> TASK GOAL: Whenever a line in the listing contains "feature", copy that line.

> MATERIAL FOR THIS EXERCISE:
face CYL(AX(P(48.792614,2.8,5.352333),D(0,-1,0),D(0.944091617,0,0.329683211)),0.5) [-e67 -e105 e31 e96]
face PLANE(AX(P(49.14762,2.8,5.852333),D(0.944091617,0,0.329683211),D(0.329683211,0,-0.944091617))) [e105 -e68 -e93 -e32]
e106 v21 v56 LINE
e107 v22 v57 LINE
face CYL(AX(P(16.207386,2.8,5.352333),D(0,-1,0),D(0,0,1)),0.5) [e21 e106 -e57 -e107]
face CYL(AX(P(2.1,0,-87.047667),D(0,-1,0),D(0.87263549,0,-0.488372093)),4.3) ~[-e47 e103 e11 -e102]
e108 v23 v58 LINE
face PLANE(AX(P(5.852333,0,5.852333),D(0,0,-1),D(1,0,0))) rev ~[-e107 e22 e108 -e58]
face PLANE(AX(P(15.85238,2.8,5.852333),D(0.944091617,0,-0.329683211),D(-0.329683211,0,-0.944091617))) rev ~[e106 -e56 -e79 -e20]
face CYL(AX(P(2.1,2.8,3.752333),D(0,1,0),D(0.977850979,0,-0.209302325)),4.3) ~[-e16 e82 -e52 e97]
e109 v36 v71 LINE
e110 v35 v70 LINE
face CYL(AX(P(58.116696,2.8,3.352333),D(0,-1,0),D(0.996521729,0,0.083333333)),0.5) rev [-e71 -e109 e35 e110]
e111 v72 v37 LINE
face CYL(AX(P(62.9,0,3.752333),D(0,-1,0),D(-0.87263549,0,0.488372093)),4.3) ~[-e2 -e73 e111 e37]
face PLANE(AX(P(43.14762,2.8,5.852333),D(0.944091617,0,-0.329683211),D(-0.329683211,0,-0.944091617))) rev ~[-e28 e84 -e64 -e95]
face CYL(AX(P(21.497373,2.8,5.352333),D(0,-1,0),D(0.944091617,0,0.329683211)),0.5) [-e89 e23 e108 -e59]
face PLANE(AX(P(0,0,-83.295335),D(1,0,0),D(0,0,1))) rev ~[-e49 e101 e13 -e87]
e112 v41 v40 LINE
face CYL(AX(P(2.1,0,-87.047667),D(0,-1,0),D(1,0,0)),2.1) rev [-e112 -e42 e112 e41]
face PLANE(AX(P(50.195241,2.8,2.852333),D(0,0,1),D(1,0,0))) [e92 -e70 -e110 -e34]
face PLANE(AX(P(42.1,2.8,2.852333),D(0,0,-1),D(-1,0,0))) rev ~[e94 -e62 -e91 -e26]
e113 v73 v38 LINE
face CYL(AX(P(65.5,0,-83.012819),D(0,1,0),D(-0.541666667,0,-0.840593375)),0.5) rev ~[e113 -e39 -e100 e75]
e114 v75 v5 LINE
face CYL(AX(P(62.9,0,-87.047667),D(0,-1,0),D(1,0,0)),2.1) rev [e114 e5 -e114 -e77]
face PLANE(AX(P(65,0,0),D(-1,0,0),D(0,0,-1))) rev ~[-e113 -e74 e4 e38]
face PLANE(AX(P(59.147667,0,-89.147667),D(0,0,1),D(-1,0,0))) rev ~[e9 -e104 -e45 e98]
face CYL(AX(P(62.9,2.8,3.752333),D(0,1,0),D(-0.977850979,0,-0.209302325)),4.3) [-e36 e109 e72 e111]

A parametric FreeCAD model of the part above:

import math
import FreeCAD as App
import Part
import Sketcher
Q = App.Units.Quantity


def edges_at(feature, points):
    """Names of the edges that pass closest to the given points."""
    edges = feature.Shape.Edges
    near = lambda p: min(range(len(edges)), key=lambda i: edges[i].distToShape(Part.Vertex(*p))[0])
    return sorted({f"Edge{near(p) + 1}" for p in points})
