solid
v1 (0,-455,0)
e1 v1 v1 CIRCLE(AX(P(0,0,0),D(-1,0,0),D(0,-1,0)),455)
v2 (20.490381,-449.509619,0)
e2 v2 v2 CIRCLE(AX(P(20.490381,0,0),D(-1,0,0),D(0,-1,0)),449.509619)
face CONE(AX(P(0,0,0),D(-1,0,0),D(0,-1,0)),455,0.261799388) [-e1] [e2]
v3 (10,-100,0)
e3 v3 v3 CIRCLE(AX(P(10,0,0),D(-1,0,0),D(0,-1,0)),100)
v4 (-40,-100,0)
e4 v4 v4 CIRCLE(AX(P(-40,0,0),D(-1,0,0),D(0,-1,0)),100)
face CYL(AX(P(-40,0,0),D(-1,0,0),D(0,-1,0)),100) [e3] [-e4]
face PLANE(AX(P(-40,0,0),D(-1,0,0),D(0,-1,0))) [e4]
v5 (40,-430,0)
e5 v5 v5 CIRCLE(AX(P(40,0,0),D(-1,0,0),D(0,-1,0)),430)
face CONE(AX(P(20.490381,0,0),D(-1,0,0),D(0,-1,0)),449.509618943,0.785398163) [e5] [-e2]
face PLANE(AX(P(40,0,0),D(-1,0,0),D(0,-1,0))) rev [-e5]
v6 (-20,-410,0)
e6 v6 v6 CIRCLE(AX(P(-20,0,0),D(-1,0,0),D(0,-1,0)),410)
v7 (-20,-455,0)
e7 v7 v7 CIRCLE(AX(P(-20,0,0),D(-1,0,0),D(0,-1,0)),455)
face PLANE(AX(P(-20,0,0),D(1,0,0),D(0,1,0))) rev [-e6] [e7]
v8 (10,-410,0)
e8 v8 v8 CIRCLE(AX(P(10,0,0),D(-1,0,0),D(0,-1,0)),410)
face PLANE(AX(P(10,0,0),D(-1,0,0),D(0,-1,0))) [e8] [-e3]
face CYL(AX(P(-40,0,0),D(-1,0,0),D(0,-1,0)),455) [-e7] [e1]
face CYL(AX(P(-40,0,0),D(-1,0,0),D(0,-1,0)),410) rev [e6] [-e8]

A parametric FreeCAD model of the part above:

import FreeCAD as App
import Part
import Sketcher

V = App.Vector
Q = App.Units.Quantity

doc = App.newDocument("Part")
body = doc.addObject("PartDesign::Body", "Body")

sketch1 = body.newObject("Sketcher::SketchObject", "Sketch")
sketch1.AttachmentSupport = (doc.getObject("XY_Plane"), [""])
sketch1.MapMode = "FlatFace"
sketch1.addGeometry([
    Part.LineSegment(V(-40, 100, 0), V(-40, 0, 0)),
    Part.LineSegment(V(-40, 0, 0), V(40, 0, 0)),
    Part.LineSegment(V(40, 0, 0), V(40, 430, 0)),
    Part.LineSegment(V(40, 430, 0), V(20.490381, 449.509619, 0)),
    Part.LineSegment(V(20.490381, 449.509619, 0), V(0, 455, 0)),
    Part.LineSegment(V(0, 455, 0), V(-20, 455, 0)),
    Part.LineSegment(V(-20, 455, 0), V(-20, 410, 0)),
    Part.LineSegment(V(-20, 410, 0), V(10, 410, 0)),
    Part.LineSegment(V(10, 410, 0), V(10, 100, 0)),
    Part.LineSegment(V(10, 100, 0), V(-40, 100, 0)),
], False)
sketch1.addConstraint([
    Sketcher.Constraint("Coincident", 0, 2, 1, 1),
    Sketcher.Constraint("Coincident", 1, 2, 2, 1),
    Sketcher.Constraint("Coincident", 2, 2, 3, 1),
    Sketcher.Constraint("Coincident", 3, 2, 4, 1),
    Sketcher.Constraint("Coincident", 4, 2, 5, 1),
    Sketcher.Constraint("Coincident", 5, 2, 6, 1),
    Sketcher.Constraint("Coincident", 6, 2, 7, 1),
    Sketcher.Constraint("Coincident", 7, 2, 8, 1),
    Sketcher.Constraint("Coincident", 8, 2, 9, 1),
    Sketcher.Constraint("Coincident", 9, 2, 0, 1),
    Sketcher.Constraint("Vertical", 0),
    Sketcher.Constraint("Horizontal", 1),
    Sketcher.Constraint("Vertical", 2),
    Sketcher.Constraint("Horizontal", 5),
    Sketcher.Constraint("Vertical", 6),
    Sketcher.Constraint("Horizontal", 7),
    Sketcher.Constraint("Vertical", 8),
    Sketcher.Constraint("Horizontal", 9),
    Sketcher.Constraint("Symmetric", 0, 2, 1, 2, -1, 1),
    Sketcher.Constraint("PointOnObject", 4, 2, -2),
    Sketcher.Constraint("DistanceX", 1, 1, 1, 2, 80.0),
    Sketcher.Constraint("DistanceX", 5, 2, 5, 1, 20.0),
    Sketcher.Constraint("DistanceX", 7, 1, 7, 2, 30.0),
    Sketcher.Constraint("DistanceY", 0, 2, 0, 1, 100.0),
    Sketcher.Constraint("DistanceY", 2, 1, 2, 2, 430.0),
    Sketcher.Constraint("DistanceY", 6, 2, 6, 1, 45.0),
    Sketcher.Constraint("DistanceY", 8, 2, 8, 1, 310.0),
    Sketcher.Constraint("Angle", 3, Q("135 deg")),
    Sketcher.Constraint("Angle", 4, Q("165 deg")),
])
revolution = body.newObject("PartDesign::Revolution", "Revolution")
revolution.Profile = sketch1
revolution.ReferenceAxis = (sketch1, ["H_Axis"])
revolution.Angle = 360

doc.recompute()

* * *

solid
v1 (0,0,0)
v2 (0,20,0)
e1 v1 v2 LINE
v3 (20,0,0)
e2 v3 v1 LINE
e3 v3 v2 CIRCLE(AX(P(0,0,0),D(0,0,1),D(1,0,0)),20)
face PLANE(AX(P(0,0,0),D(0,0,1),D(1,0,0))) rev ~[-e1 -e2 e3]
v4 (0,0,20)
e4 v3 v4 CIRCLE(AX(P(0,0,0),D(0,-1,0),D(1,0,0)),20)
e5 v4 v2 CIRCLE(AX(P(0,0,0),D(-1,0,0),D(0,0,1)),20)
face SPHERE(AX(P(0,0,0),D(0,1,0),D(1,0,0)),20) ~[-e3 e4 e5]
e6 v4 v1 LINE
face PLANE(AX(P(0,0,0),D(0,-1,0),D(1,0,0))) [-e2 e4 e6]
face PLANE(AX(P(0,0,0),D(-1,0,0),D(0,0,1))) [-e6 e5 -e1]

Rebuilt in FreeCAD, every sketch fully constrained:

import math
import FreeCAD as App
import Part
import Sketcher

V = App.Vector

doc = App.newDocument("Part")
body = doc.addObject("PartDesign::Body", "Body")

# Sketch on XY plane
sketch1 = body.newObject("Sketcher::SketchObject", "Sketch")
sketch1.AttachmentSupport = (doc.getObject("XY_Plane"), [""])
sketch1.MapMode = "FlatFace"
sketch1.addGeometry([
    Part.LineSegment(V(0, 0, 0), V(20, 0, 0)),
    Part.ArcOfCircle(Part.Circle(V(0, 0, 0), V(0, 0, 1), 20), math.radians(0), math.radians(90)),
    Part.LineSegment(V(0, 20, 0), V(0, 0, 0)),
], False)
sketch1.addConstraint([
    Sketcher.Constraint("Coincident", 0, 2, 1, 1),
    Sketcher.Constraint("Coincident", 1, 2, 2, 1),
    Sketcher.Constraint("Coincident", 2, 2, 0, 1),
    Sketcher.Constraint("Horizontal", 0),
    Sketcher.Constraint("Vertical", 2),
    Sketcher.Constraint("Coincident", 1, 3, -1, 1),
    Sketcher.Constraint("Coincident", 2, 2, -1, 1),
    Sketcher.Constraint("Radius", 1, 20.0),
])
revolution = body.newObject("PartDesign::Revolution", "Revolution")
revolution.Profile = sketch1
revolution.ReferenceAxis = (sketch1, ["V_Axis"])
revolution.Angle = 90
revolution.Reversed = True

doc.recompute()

> EXERCISE RESPONSE:
def edges_at(feature, points):
    edges = feature.Shape.Edges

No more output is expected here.